──────── Source material ────────

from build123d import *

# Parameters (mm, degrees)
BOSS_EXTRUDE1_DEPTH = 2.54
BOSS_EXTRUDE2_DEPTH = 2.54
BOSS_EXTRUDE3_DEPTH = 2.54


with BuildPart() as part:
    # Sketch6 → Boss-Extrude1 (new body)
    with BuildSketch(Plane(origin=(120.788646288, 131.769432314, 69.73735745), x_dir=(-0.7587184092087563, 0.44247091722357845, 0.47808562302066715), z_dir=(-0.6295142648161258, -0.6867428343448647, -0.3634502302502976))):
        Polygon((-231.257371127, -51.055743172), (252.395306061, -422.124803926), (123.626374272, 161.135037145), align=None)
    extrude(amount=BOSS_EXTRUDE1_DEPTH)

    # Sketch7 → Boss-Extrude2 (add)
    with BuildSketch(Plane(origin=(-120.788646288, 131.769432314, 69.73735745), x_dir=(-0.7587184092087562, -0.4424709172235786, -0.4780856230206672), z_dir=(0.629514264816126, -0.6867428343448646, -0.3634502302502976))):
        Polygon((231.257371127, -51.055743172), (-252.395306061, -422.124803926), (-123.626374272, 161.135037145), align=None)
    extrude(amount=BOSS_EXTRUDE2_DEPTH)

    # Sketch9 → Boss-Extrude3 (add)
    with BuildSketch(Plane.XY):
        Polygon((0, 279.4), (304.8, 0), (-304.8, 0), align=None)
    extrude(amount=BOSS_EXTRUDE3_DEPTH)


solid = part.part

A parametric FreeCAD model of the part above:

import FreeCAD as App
import Part
import Sketcher
Q = App.Units.Quantity


def add_polygon(sketch, points):
    """Adds a closed chain of lines whose ends are joined by coincident constraints."""
    first, n = sketch.GeometryCount, len(points)
    for a, b in zip(points, points[1:] + points[:1]):
        sketch.addGeometry(Part.LineSegment(App.Vector(*a, 0), App.Vector(*b, 0)), False)
    for i in range(n):
        sketch.addConstraint(Sketcher.Constraint("Coincident", first + i, 2, first + (i + 1) % n, 1))

doc = App.newDocument("Part")
body = doc.addObject("PartDesign::Body", "Body")

# Sketch on an angled plane
sketch1 = doc.addObject("Sketcher::SketchObject", "Sketch")
body.addObject(sketch1)
sketch1.Placement = App.Placement(App.Vector(120.788646, 131.769432, 69.737357), App.Rotation(App.Vector(-0.758718409, 0.442470917, 0.478085623), App.Vector(-0.167505719, 0.5767181, -0.799586185), App.Vector(-0.629514265, -0.686742834, -0.36345023), "ZXY"))
add_polygon(sketch1, [(-231.257371, -51.055743), (252.395306, -422.124804), (123.626374, 161.135037)])  # lines 0-2
sketch1.addConstraint([
    Sketcher.Constraint("Distance", 0, Q("24 in")),
    Sketcher.Constraint("Distance", 1, Q("597.305181 mm")),
    Sketcher.Constraint("DistanceX", 2, 2, -1, 1, Q("231.257371 mm")),
    Sketcher.Constraint("DistanceX", 1, 2, 0, 2, Q("128.768932 mm")),
    Sketcher.Constraint("DistanceY", 2, 2, 1, 2, Q("212.19078 mm")),
    Sketcher.Constraint("DistanceY", 0, 2, -1, 1, Q("422.124804 mm")),
])
pad1 = doc.addObject("PartDesign::Pad", "Pad")
body.addObject(pad1)
pad1.Profile = sketch1
pad1.Length = Q("0.1 in")

# Sketch on an angled plane
sketch2 = doc.addObject("Sketcher::SketchObject", "Sketch001")
body.addObject(sketch2)
sketch2.Placement = App.Placement(App.Vector(-120.788646, 131.769432, 69.737357), App.Rotation(App.Vector(-0.758718409, -0.442470917, -0.478085623), App.Vector(0.167505719, 0.5767181, -0.799586185), App.Vector(0.629514265, -0.686742834, -0.36345023), "ZXY"))
add_polygon(sketch2, [(-252.395306, -422.124804), (231.257371, -51.055743), (-123.626374, 161.135037)])  # lines 0-2
sketch2.addConstraint([
    Sketcher.Constraint("Distance", 0, Q("24 in")),
    Sketcher.Constraint("Distance", 2, Q("597.305181 mm")),
    Sketcher.Constraint("DistanceX", -1, 1, 0, 2, Q("231.257371 mm")),
    Sketcher.Constraint("DistanceY", 0, 2, 1, 2, Q("212.19078 mm")),
    Sketcher.Constraint("DistanceX", 2, 2, 1, 2, Q("128.768932 mm")),
    Sketcher.Constraint("DistanceY", 0, 2, -1, 1, Q("51.055743 mm")),
])
pad2 = doc.addObject("PartDesign::Pad", "Pad001")
body.addObject(pad2)
pad2.Profile = sketch2
pad2.Length = Q("0.1 in")

# Sketch on XY plane
sketch3 = doc.addObject("Sketcher::SketchObject", "Sketch002")
body.addObject(sketch3)
sketch3.AttachmentSupport = (doc.XY_Plane, [""])
sketch3.MapMode = "FlatFace"
add_polygon(sketch3, [(304.8, 0), (0, 279.4), (-304.8, 0)])  # lines 0-2
sketch3.addConstraint([
    Sketcher.Constraint("Horizontal", 2),
    Sketcher.Constraint("Symmetric", 1, 2, 2, 2, -1, 1),
    Sketcher.Constraint("PointOnObject", 0, 2, -2),
    Sketcher.Constraint("DistanceX", 2, 1, 2, 2, Q("24 in")),
    Sketcher.Constraint("DistanceY", -1, 1, 0, 2, Q("11 in")),
])
pad3 = doc.addObject("PartDesign::Pad", "Pad002")
body.addObject(pad3)
pad3.Profile = sketch3
pad3.Length = Q("0.1 in")

doc.recompute()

────────

### [Task prompt]
From the records above, copy only the lines starting with the line that holds "solid = part.part" and going on through the line that holds "A parametric FreeCAD", exactly as written.

### [Exercise solution]
solid = part.part

A parametric FreeCAD model of the part above:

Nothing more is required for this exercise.